1. Figure out what career path interests you in BEFORE you finish your freshman year.
By the time you are 18 or 19, you should be able to declare a major and stick with it. So many people declare a major without doing any sort of research into the job possibilities, and then decide to switch majors during their junior year (to another major they probably didn’t research). I suggest just reading the department web pages for every major at your school and eliminate any major that doesn’t sound appealing. If you’re still unsure, talk to your advisor.

2. Find a professor that you like and ask them to be your academic advisor.
Be in touch with them regularly to make sure you are on track to complete all of your major requirements on time. Map out your classes ahead of time with your advisor so you know which classes to take and when to take them.
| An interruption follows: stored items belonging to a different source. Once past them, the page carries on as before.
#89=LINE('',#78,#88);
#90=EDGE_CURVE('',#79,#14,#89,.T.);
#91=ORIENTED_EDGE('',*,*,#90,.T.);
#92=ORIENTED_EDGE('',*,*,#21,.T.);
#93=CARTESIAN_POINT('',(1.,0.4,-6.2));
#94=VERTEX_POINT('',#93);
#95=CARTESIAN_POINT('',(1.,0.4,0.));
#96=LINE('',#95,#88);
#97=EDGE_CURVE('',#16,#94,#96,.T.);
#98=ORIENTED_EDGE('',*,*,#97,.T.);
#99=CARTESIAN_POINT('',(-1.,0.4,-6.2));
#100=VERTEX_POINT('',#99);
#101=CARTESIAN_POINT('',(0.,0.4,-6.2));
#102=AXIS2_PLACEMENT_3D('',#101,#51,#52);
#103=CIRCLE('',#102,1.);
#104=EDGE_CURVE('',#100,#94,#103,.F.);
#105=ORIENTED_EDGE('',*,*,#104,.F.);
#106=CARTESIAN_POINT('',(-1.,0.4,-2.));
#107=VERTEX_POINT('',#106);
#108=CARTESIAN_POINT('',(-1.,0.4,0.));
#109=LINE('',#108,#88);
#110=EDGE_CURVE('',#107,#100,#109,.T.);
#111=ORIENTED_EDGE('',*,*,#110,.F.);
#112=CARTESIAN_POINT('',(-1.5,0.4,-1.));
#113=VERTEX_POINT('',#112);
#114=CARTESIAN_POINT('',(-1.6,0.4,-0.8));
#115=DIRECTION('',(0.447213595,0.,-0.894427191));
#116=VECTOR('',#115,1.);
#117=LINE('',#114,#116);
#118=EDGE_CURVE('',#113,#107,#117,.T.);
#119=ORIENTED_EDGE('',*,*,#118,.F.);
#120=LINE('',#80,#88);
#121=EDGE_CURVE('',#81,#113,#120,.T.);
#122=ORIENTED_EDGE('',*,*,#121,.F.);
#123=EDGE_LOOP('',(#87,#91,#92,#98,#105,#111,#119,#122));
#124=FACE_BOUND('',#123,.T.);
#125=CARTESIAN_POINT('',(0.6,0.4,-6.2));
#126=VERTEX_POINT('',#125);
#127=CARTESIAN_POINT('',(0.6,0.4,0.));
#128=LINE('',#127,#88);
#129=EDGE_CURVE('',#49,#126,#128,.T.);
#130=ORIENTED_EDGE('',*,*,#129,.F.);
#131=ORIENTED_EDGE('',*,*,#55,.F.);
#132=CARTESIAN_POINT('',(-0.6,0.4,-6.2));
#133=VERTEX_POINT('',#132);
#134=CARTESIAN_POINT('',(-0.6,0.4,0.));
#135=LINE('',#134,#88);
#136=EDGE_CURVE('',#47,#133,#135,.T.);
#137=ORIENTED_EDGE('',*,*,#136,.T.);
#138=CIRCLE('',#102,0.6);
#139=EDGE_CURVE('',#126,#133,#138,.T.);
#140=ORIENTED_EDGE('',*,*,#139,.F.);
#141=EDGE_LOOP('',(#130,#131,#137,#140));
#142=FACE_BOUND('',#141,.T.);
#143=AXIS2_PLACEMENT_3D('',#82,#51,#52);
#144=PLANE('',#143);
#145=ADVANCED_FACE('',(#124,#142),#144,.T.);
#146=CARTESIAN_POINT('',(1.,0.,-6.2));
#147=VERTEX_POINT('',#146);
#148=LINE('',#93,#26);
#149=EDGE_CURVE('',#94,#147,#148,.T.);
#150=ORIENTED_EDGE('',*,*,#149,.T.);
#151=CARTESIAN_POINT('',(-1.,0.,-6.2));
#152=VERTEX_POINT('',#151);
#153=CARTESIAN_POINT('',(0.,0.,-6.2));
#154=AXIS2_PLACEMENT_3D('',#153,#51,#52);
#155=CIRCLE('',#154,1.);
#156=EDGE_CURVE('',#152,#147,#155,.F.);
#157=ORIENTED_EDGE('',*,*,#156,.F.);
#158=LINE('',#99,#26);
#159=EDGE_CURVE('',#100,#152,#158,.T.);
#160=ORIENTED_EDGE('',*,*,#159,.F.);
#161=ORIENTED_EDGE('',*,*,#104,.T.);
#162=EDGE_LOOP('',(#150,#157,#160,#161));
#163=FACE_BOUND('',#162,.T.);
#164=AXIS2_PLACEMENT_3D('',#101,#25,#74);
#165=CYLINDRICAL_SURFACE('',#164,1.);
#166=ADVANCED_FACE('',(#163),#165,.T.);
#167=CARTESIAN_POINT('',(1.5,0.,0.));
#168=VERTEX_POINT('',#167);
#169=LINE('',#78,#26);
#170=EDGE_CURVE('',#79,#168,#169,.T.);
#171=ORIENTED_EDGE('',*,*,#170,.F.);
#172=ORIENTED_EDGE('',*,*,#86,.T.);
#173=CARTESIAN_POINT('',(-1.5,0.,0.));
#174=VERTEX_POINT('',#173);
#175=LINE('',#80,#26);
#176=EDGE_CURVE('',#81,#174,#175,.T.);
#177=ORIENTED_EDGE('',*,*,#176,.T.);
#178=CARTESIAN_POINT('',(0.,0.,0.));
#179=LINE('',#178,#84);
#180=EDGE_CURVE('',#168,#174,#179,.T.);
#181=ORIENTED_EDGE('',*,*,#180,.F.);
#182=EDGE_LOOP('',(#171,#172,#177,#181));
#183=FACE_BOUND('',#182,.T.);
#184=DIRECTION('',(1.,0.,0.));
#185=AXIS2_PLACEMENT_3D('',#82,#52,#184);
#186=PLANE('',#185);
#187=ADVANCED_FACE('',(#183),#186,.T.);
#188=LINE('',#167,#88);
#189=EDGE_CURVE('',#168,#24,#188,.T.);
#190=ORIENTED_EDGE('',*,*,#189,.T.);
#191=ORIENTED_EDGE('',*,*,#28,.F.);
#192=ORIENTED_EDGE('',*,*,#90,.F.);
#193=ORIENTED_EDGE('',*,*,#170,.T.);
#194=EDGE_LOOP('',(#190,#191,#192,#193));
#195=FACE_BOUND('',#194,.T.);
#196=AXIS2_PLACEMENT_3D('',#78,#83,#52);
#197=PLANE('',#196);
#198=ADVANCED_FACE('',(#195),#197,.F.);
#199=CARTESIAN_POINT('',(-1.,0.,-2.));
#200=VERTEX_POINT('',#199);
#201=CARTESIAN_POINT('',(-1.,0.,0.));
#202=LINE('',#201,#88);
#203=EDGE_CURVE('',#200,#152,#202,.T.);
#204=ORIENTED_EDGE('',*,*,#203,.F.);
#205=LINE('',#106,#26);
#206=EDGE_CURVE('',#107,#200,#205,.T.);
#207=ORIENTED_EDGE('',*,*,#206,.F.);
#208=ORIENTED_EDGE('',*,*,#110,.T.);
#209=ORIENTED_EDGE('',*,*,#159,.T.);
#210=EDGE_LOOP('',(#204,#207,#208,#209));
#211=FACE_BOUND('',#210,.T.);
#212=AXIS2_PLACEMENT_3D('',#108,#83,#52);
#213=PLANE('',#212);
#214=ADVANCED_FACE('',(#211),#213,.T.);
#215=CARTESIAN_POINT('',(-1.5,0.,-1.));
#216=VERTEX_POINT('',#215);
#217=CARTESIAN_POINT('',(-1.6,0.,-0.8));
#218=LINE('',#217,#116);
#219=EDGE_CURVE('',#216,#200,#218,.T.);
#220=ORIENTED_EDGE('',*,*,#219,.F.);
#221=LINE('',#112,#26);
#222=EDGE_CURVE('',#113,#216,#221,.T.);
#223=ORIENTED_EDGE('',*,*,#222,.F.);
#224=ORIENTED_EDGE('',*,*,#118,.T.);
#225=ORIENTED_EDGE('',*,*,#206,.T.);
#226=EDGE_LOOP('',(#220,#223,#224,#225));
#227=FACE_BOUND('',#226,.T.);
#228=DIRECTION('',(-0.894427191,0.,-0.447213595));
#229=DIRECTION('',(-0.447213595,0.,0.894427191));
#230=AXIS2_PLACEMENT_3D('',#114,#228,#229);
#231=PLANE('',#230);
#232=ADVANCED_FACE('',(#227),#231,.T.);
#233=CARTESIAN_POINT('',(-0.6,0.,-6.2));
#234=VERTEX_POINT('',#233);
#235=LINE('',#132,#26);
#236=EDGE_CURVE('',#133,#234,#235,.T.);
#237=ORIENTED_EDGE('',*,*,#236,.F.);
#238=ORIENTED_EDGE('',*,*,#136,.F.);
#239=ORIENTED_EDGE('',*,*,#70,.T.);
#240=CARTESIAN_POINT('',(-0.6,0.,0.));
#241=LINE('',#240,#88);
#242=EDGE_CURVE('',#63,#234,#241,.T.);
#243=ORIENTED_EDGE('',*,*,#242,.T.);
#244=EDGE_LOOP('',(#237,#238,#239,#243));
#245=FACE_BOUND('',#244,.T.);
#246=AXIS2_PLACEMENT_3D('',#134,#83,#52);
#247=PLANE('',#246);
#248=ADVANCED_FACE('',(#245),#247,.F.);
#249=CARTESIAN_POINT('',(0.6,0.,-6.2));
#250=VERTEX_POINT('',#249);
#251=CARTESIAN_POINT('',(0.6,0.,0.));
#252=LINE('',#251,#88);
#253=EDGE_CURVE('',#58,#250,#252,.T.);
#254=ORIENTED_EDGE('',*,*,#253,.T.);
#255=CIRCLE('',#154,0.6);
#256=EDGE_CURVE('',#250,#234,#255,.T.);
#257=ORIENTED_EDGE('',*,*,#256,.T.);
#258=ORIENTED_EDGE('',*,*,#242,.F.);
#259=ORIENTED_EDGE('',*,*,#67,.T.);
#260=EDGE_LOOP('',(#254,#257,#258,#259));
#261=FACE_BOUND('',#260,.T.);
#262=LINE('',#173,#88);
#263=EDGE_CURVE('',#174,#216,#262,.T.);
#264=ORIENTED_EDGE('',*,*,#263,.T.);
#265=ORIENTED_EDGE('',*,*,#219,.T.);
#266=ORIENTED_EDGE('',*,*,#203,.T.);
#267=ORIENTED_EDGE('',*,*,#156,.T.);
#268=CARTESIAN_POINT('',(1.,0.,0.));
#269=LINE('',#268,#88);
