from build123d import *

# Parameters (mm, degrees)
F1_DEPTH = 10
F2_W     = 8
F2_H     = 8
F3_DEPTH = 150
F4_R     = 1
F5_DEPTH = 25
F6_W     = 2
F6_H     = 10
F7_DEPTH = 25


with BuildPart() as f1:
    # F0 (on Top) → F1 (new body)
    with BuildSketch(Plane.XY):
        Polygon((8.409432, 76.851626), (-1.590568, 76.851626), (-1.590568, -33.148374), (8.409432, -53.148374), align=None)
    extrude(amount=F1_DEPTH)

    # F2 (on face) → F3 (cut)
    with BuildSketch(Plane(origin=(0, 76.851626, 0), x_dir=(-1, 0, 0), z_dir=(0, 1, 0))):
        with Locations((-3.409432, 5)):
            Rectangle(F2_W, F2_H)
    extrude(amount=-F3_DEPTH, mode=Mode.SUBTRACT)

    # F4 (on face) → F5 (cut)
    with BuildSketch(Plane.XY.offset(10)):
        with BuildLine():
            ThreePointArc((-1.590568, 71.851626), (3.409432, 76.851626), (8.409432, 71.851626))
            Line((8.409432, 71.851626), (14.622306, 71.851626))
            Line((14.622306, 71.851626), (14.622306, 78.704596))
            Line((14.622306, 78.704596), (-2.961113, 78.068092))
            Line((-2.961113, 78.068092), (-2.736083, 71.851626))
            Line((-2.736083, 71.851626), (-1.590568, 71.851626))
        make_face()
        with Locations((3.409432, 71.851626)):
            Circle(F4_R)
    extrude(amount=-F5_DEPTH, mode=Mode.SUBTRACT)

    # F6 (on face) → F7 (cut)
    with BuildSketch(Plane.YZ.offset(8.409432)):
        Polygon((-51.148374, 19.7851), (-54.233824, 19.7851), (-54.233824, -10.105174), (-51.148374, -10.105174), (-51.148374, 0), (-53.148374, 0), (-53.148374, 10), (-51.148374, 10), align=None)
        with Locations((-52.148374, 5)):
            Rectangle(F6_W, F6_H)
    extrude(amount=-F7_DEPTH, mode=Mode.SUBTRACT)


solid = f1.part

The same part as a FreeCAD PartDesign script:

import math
import FreeCAD as App
import Part
import Sketcher
from FreeCAD import Vector


def add_polygon(sketch, points):
    """Adds a closed chain of lines whose ends are joined by coincident constraints."""
    first, n = sketch.GeometryCount, len(points)
    for a, b in zip(points, points[1:] + points[:1]):
        sketch.addGeometry(Part.LineSegment(App.Vector(*a, 0), App.Vector(*b, 0)), False)
    for i in range(n):
        sketch.addConstraint(Sketcher.Constraint("Coincident", first + i, 2, first + (i + 1) % n, 1))

doc = App.newDocument("Part")
body = doc.addObject("PartDesign::Body", "Body")

# Sketch on XY plane
sketch1 = body.newObject("Sketcher::SketchObject", "Sketch")
sketch1.AttachmentSupport = (doc.getObject("XY_Plane"), [""])
sketch1.MapMode = "FlatFace"
add_polygon(sketch1, [(8, 77), (-2, 77), (-2, -33), (8, -53)])  # lines 0-3
sketch1.addConstraint(Sketcher.Constraint("Horizontal", 0))
sketch1.addConstraint(Sketcher.Constraint("Vertical", 1))
sketch1.addConstraint(Sketcher.Constraint("Vertical", 3))
sketch1.addConstraint(Sketcher.Constraint("DistanceX", 0, 2, 0, 1, 10.0))
sketch1.addConstraint(Sketcher.Constraint("DistanceY", 1, 2, 1, 1, 110.0))
sketch1.addConstraint(Sketcher.Constraint("DistanceY", 3, 1, 3, 2, 130.0))
sketch1.addConstraint(Sketcher.Constraint("DistanceX", 0, 2, -1, 1, 1.590568))
sketch1.addConstraint(Sketcher.Constraint("DistanceY", -1, 1, 0, 2, 76.851626))
pad1 = body.newObject("PartDesign::Pad", "Pad")
pad1.Profile = sketch1
pad1.Length = 10

# Sketch on XZ plane
sketch2 = body.newObject("Sketcher::SketchObject", "Sketch001")
sketch2.AttachmentSupport = (doc.getObject("XZ_Plane"), [""])
sketch2.MapMode = "FlatFace"
sketch2.AttachmentOffset = App.Placement(Vector(0, 0, -76.851626), App.Rotation())
add_polygon(sketch2, [(7, 9), (7, 1), (-1, 1), (-1, 9)])  # lines 0-3
sketch2.addConstraint(Sketcher.Constraint("Vertical", 0))
sketch2.addConstraint(Sketcher.Constraint("Horizontal", 1))
sketch2.addConstraint(Sketcher.Constraint("Vertical", 2))
sketch2.addConstraint(Sketcher.Constraint("Horizontal", 3))
sketch2.addConstraint(Sketcher.Constraint("Equal", 3, 0))
sketch2.addConstraint(Sketcher.Constraint("DistanceX", 1, 2, 1, 1, 8.0))
sketch2.addConstraint(Sketcher.Constraint("DistanceY", -1, 1, 0, 2, 1.0))
sketch2.addConstraint(Sketcher.Constraint("DistanceX", -1, 1, 0, 2, 7.409432))
pocket1 = body.newObject("PartDesign::Pocket", "Pocket")
pocket1.Profile = sketch2
pocket1.Length = 150
pocket1.Reversed = True

# Sketch on XY plane
sketch3 = body.newObject("Sketcher::SketchObject", "Sketch002")
sketch3.AttachmentSupport = (doc.getObject("XY_Plane"), [""])
sketch3.MapMode = "FlatFace"
sketch3.AttachmentOffset = App.Placement(Vector(0, 0, 10), App.Rotation())
sketch3.addGeometry(Part.ArcOfCircle(Part.Circle(Vector(3.4, 71.9, 0), Vector(0, 0, 1), 5), math.radians(0), math.radians(180)), False)
sketch3.addGeometry(Part.LineSegment(Vector(8.4, 71.9, 0), Vector(14.6, 71.9, 0)), False)
sketch3.addGeometry(Part.LineSegment(Vector(14.6, 71.9, 0), Vector(14.6, 78.7, 0)), False)
sketch3.addGeometry(Part.LineSegment(Vector(14.6, 78.7, 0), Vector(-3, 78.1, 0)), False)
sketch3.addGeometry(Part.LineSegment(Vector(-3, 78.1, 0), Vector(-2.7, 71.9, 0)), False)
sketch3.addGeometry(Part.LineSegment(Vector(-2.7, 71.9, 0), Vector(-1.6, 71.9, 0)), False)
sketch3.addGeometry(Part.Circle(Vector(3.4, 71.9, 0), Vector(0, 0, 1), 1), False)
sketch3.addConstraint(Sketcher.Constraint("Coincident", 0, 1, 1, 1))
sketch3.addConstraint(Sketcher.Constraint("Coincident", 1, 2, 2, 1))
sketch3.addConstraint(Sketcher.Constraint("Coincident", 2, 2, 3, 1))
sketch3.addConstraint(Sketcher.Constraint("Coincident", 3, 2, 4, 1))
sketch3.addConstraint(Sketcher.Constraint("Coincident", 4, 2, 5, 1))
sketch3.addConstraint(Sketcher.Constraint("Coincident", 5, 2, 0, 2))
sketch3.addConstraint(Sketcher.Constraint("Horizontal", 1))
sketch3.addConstraint(Sketcher.Constraint("Vertical", 2))
sketch3.addConstraint(Sketcher.Constraint("Horizontal", 5))
sketch3.addConstraint(Sketcher.Constraint("Coincident", 6, 3, 0, 3))
sketch3.addConstraint(Sketcher.Constraint("Perpendicular", 3, 4))
sketch3.addConstraint(Sketcher.Constraint("Horizontal", 6, 3, 0, 1))
sketch3.addConstraint(Sketcher.Constraint("Horizontal", 1, 2, 4, 2))
sketch3.addConstraint(Sketcher.Constraint("Diameter", 6, 2.0))
sketch3.addConstraint(Sketcher.Constraint("Radius", 0, 5.0))
sketch3.addConstraint(Sketcher.Constraint("DistanceY", 2, 1, 2, 2, 6.85297))
sketch3.addConstraint(Sketcher.Constraint("DistanceX", 1, 1, 1, 2, 6.212874))
sketch3.addConstraint(Sketcher.Constraint("DistanceX", 5, 1, 5, 2, 1.145515))
sketch3.addConstraint(Sketcher.Constraint("DistanceX", -1, 1, 0, 3, 3.409432))
sketch3.addConstraint(Sketcher.Constraint("DistanceY", -1, 1, 3, 2, 78.068092))
sketch3.addConstraint(Sketcher.Constraint("DistanceX", 3, 2, 2, 2, 17.583419))
pocket2 = body.newObject("PartDesign::Pocket", "Pocket001")
pocket2.Profile = sketch3
pocket2.Length = 25

# Sketch on YZ plane
sketch4 = body.newObject("Sketcher::SketchObject", "Sketch003")
sketch4.AttachmentSupport = (doc.getObject("YZ_Plane"), [""])
sketch4.MapMode = "FlatFace"
sketch4.AttachmentOffset = App.Placement(Vector(0, 0, 8.409432), App.Rotation())
add_polygon(sketch4, [(-51.1, 19.8), (-54.2, 19.8), (-54.2, -10.1), (-51.1, -10.1)])  # lines 0-3
sketch4.addConstraint(Sketcher.Constraint("Horizontal", 0))
sketch4.addConstraint(Sketcher.Constraint("Vertical", 1))
sketch4.addConstraint(Sketcher.Constraint("Horizontal", 2))
sketch4.addConstraint(Sketcher.Constraint("Vertical", 3))
sketch4.addConstraint(Sketcher.Constraint("DistanceX", 0, 2, 0, 1, 3.08545))
sketch4.addConstraint(Sketcher.Constraint("DistanceY", -1, 1, 0, 2, 19.7851))
sketch4.addConstraint(Sketcher.Constraint("DistanceY", 1, 2, 1, 1, 29.890274))
sketch4.addConstraint(Sketcher.Constraint("DistanceX", 0, 2, -1, 1, 54.233824))
pocket3 = body.newObject("PartDesign::Pocket", "Pocket002")
pocket3.Profile = sketch4
pocket3.Length = 25

doc.recompute()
3. Find out the requirements for getting credit for your internships. Talk to your career center find good internships for your major and make sure you get academic credit for them! You should have at least 1 or 2 internships before graduating if you want to stay competitive in the job market.

4. Try to study abroad.
Many students think studying abroad will cause them to have to stay in college longer, but it’s not true these days. Your classes abroad should transfer in your home institution, making it possible to stay on track. Studying abroad has been the best experience of my life and I don’t have to make up any credits.

If you monitor your degree requirements, it’s possible to get through college in four years without sacrificing the college experience. Have fun!